== WHAT YOU HAVE TO DO ==
Using the records below, repeat exactly the lines from the one holding "face CYL(AX(P(-11,15,-7),D(0,0,-1),D(-1,0,0)),3) rev" through the one holding "e62 v27 v52 LINE", both ends included, and no others.

Stored data
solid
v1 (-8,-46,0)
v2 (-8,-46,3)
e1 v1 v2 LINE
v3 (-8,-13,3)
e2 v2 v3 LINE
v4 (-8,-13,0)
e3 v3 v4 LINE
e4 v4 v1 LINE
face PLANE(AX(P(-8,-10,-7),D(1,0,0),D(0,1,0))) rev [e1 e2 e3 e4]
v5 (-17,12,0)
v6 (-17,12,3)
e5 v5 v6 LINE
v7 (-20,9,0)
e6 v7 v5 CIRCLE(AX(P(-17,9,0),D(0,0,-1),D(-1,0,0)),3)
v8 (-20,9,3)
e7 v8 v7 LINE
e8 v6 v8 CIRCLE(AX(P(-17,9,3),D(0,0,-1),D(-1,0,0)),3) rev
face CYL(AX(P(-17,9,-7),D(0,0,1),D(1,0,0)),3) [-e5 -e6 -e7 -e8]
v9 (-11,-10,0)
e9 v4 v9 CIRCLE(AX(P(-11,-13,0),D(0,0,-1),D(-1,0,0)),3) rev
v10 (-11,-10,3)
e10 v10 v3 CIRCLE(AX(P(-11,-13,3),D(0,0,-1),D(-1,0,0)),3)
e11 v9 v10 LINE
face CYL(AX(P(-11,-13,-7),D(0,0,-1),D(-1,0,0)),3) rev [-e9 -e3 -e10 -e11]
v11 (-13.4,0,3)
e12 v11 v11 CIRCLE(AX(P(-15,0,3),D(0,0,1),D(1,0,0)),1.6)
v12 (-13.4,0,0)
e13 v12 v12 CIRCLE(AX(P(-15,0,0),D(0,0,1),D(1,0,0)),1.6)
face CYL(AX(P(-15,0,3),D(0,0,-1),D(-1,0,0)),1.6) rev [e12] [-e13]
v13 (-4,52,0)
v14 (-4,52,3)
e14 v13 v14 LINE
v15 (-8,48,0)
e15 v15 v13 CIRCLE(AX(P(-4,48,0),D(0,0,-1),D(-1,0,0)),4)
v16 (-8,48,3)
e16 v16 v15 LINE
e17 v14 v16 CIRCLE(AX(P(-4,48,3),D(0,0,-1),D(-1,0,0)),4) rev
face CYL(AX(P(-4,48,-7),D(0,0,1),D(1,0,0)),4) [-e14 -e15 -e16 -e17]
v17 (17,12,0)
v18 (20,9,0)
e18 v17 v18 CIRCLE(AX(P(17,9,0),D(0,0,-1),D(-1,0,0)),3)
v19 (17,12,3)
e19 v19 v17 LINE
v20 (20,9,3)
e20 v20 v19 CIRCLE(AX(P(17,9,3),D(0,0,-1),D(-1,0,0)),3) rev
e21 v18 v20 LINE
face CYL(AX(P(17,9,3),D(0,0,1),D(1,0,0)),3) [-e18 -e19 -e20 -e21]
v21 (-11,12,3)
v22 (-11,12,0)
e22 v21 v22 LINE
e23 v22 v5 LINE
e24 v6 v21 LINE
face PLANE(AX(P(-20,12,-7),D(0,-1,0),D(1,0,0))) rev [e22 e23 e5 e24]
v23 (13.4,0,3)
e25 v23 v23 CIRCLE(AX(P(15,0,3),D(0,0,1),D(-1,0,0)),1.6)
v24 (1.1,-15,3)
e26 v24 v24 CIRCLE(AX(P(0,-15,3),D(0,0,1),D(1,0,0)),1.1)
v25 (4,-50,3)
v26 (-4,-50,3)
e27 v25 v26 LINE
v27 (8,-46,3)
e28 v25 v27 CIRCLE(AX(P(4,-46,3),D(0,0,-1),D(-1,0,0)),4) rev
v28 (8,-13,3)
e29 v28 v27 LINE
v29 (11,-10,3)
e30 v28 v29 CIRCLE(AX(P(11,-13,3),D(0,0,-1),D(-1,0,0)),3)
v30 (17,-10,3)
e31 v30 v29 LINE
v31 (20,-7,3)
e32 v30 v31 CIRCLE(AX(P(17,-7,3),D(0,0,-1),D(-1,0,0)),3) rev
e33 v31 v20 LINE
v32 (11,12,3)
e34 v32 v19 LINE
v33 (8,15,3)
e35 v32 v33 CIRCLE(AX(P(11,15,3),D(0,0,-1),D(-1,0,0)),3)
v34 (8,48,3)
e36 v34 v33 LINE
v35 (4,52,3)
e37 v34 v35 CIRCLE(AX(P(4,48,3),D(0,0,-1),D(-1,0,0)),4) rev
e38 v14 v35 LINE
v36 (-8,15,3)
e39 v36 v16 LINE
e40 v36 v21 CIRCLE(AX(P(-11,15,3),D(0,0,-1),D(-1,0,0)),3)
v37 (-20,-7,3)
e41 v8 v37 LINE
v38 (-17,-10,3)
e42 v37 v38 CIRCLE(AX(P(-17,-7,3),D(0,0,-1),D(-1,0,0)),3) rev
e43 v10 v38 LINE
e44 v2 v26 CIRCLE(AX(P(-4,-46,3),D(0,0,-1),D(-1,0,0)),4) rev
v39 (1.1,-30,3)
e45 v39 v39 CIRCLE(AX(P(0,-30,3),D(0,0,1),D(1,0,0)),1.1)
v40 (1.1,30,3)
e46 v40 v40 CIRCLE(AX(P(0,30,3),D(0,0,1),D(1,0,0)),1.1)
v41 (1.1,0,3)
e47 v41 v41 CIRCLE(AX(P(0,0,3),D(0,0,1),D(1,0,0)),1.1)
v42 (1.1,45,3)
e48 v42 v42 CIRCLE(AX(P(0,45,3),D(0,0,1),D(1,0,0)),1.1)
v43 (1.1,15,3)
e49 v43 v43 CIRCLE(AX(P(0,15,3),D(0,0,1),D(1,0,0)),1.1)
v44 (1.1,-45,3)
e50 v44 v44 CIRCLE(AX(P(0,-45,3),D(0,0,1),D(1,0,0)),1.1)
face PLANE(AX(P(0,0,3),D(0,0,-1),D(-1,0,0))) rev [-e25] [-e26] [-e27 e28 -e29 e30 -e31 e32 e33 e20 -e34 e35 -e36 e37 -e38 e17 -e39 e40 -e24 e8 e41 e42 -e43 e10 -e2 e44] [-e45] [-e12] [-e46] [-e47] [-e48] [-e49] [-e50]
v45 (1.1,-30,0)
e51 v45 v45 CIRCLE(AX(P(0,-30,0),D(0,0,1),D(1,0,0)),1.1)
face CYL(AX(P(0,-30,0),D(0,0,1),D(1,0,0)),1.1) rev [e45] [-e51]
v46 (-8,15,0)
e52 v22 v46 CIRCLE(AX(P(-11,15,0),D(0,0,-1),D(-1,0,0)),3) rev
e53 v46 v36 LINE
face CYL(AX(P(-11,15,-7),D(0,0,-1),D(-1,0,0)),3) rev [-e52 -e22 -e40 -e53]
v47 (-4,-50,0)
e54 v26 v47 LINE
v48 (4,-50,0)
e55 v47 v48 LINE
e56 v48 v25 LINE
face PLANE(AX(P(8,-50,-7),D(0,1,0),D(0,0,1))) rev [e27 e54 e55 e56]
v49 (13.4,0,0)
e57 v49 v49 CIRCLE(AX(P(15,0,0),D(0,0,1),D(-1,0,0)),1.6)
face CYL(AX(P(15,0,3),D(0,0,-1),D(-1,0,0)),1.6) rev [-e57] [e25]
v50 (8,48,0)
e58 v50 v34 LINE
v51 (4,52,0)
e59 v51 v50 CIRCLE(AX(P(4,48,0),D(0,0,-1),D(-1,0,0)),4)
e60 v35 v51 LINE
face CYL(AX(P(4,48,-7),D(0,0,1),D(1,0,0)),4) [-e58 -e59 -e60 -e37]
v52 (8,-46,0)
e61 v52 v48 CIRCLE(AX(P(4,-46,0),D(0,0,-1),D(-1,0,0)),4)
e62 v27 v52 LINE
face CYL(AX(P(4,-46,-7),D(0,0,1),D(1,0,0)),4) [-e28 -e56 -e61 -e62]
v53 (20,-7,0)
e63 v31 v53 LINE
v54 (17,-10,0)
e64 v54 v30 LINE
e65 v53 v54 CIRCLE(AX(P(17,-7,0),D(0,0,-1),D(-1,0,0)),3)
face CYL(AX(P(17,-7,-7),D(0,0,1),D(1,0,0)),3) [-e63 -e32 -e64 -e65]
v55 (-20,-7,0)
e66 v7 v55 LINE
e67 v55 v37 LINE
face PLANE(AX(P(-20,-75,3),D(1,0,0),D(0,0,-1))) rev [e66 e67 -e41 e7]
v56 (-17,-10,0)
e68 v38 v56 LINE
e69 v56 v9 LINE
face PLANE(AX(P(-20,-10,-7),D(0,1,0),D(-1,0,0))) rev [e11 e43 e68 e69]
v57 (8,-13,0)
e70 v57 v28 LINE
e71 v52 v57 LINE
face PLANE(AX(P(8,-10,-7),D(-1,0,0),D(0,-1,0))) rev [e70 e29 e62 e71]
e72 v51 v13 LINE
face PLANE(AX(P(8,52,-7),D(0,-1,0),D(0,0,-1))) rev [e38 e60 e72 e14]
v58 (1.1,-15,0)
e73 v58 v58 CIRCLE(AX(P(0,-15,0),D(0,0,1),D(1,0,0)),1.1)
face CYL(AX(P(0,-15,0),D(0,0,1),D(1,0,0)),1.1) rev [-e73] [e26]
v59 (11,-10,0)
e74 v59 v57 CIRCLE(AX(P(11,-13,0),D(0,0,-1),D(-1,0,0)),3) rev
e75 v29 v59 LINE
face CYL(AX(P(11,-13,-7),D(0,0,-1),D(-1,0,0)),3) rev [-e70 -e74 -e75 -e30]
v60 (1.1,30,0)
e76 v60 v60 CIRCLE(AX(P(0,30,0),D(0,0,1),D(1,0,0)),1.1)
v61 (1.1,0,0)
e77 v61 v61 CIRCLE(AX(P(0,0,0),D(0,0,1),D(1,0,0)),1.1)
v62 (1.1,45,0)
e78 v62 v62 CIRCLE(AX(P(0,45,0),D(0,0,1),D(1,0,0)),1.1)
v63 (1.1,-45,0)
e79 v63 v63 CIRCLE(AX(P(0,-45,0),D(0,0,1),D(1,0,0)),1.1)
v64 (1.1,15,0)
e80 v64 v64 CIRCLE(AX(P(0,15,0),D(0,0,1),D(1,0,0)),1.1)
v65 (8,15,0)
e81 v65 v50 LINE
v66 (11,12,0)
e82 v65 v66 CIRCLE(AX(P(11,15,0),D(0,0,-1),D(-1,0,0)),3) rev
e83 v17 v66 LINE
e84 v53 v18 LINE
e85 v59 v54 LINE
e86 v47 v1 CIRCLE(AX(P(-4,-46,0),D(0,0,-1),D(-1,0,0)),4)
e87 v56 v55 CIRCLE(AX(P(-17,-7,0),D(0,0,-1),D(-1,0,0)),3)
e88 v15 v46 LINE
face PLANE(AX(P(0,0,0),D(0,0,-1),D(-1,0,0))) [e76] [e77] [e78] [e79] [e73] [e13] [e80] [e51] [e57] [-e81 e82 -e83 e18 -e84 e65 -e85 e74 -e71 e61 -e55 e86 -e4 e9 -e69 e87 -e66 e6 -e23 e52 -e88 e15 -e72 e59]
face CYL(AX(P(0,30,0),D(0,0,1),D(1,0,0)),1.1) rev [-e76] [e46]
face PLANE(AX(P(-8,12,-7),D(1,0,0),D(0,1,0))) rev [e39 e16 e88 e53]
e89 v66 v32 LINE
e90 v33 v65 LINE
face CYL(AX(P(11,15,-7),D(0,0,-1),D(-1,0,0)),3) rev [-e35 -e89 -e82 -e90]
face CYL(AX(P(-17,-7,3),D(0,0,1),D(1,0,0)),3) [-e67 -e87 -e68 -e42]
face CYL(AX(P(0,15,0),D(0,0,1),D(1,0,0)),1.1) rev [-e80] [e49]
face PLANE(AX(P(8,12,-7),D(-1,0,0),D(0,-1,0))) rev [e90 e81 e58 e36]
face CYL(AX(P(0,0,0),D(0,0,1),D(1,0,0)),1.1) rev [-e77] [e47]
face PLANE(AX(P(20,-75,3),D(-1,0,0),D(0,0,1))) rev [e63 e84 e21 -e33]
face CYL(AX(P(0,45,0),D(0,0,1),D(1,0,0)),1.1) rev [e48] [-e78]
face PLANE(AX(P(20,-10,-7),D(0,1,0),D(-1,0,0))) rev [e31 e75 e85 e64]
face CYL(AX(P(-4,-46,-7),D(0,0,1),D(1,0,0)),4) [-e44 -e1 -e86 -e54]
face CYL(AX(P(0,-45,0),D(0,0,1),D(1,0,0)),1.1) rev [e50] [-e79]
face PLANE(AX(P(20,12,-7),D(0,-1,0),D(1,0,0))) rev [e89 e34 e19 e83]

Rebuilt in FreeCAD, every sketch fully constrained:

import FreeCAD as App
import Part
import Sketcher
Q = App.Units.Quantity


def edges_at(feature, points):
    """Names of the edges that pass closest to the given points."""
    edges = feature.Shape.Edges
    near = lambda p: min(range(len(edges)), key=lambda i: edges[i].distToShape(Part.Vertex(*p))[0])
    return sorted({f"Edge{near(p) + 1}" for p in points})

doc = App.newDocument("Part")
body = doc.addObject("PartDesign::Body", "Body")

# Sketch on XY plane
sketch1 = body.newObject("Sketcher::SketchObject", "Sketch")
sketch1.AttachmentSupport = (doc.getObject("XY_Plane"), [""])
sketch1.MapMode = "FlatFace"
sketch1.addGeometry([
    Part.LineSegment(App.Vector(-20, 75, 0), App.Vector(-20, -75, 0)),  # 0
    Part.LineSegment(App.Vector(-20, -75, 0), App.Vector(20, -75, 0)),  # 1
    Part.LineSegment(App.Vector(20, -75, 0), App.Vector(20, 75, 0)),  # 2
    Part.LineSegment(App.Vector(20, 75, 0), App.Vector(-20, 75, 0)),  # 3
    Part.Circle(App.Vector(-15, 0, 0), App.Vector(0, 0, 1), 1.6),  # 4
    Part.Circle(App.Vector(15, 0, 0), App.Vector(0, 0, 1), 1.6),  # 5
], False)
sketch1.addConstraint([
    Sketcher.Constraint("Coincident", 0, 2, 1, 1),
    Sketcher.Constraint("Coincident", 1, 2, 2, 1),
    Sketcher.Constraint("Coincident", 2, 2, 3, 1),
    Sketcher.Constraint("Coincident", 3, 2, 0, 1),
    Sketcher.Constraint("Vertical", 0),
    Sketcher.Constraint("Horizontal", 1),
    Sketcher.Constraint("Vertical", 2),
    Sketcher.Constraint("Horizontal", 3),
    Sketcher.Constraint("Equal", 4, 5),
    Sketcher.Constraint("Symmetric", 4, 3, 5, 3, -1, 1),
    Sketcher.Constraint("Symmetric", 0, 2, 2, 2, -1, 1),
    Sketcher.Constraint("PointOnObject", 4, 3, -1),
    Sketcher.Constraint("Diameter", 4, Q("3.2 mm")),
    Sketcher.Constraint("DistanceX", 1, 1, 1, 2, Q("40 mm")),
    Sketcher.Constraint("DistanceY", 0, 2, 0, 1, Q("150 mm")),
    Sketcher.Constraint("DistanceX", 4, 3, -1, 1, Q("15 mm")),
])
pad1 = body.newObject("PartDesign::Pad", "Pad")
pad1.Profile = sketch1
pad1.Length = 3

# Sketch on XY plane
sketch2 = body.newObject("Sketcher::SketchObject", "Sketch001")
sketch2.AttachmentSupport = (doc.getObject("XY_Plane"), [""])
sketch2.MapMode = "FlatFace"
sketch2.AttachmentOffset = App.Placement(App.Vector(0, 0, 3), App.Rotation())
sketch2.addGeometry([
    Part.Circle(App.Vector(0, 30, 0), App.Vector(0, 0, 1), 1.1),  # 0
    Part.Circle(App.Vector(0, 45, 0), App.Vector(0, 0, 1), 1.1),  # 1
    Part.Circle(App.Vector(0, 60, 0), App.Vector(0, 0, 1), 1.1),  # 2
    Part.Circle(App.Vector(0, 15, 0), App.Vector(0, 0, 1), 1.1),  # 3
    Part.Circle(App.Vector(0, -15, 0), App.Vector(0, 0, 1), 1.1),  # 4
    Part.Circle(App.Vector(0, 0, 0), App.Vector(0, 0, 1), 1.1),  # 5
    Part.Circle(App.Vector(0, -30, 0), App.Vector(0, 0, 1), 1.1),  # 6
    Part.Circle(App.Vector(0, -45, 0), App.Vector(0, 0, 1), 1.1),  # 7
    Part.Circle(App.Vector(0, -60, 0), App.Vector(0, 0, 1), 1.1),  # 8
], False)
sketch2.addConstraint([
    Sketcher.Constraint("Coincident", 5, 3, -1, 1),
    Sketcher.Constraint("Equal", 0, 1),
    Sketcher.Constraint("Equal", 1, 2),
    Sketcher.Constraint("Equal", 2, 3),
    Sketcher.Constraint("Equal", 3, 4),
    Sketcher.Constraint("Equal", 4, 5),
    Sketcher.Constraint("Equal", 5, 6),
    Sketcher.Constraint("Equal", 6, 7),
    Sketcher.Constraint("Equal", 7, 8),
    Sketcher.Constraint("Symmetric", 3, 3, 4, 3, -1, 1),
    Sketcher.Constraint("Symmetric", 0, 3, 6, 3, -1, 1),
    Sketcher.Constraint("Symmetric", 1, 3, 7, 3, -1, 1),
    Sketcher.Constraint("Symmetric", 2, 3, 8, 3, -1, 1),
    Sketcher.Constraint("PointOnObject", 0, 3, -2),
    Sketcher.Constraint("PointOnObject", 1, 3, -2),
    Sketcher.Constraint("PointOnObject", 2, 3, -2),
    Sketcher.Constraint("PointOnObject", 3, 3, -2),
    Sketcher.Constraint("Diameter", 0, Q("2.2 mm")),
    Sketcher.Constraint("DistanceY", -1, 1, 0, 3, Q("30 mm")),
    Sketcher.Constraint("DistanceY", -1, 1, 1, 3, Q("45 mm")),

== SOLVED PROBLEM ==
face CYL(AX(P(-11,15,-7),D(0,0,-1),D(-1,0,0)),3) rev [-e52 -e22 -e40 -e53]
v47 (-4,-50,0)
e54 v26 v47 LINE
v48 (4,-50,0)
e55 v47 v48 LINE
e56 v48 v25 LINE
face PLANE(AX(P(8,-50,-7),D(0,1,0),D(0,0,1))) rev [e27 e54 e55 e56]
v49 (13.4,0,0)
e57 v49 v49 CIRCLE(AX(P(15,0,0),D(0,0,1),D(-1,0,0)),1.6)
face CYL(AX(P(15,0,3),D(0,0,-1),D(-1,0,0)),1.6) rev [-e57] [e25]
v50 (8,48,0)
e58 v50 v34 LINE
v51 (4,52,0)
e59 v51 v50 CIRCLE(AX(P(4,48,0),D(0,0,-1),D(-1,0,0)),4)
e60 v35 v51 LINE
face CYL(AX(P(4,48,-7),D(0,0,1),D(1,0,0)),4) [-e58 -e59 -e60 -e37]
v52 (8,-46,0)
e61 v52 v48 CIRCLE(AX(P(4,-46,0),D(0,0,-1),D(-1,0,0)),4)
e62 v27 v52 LINE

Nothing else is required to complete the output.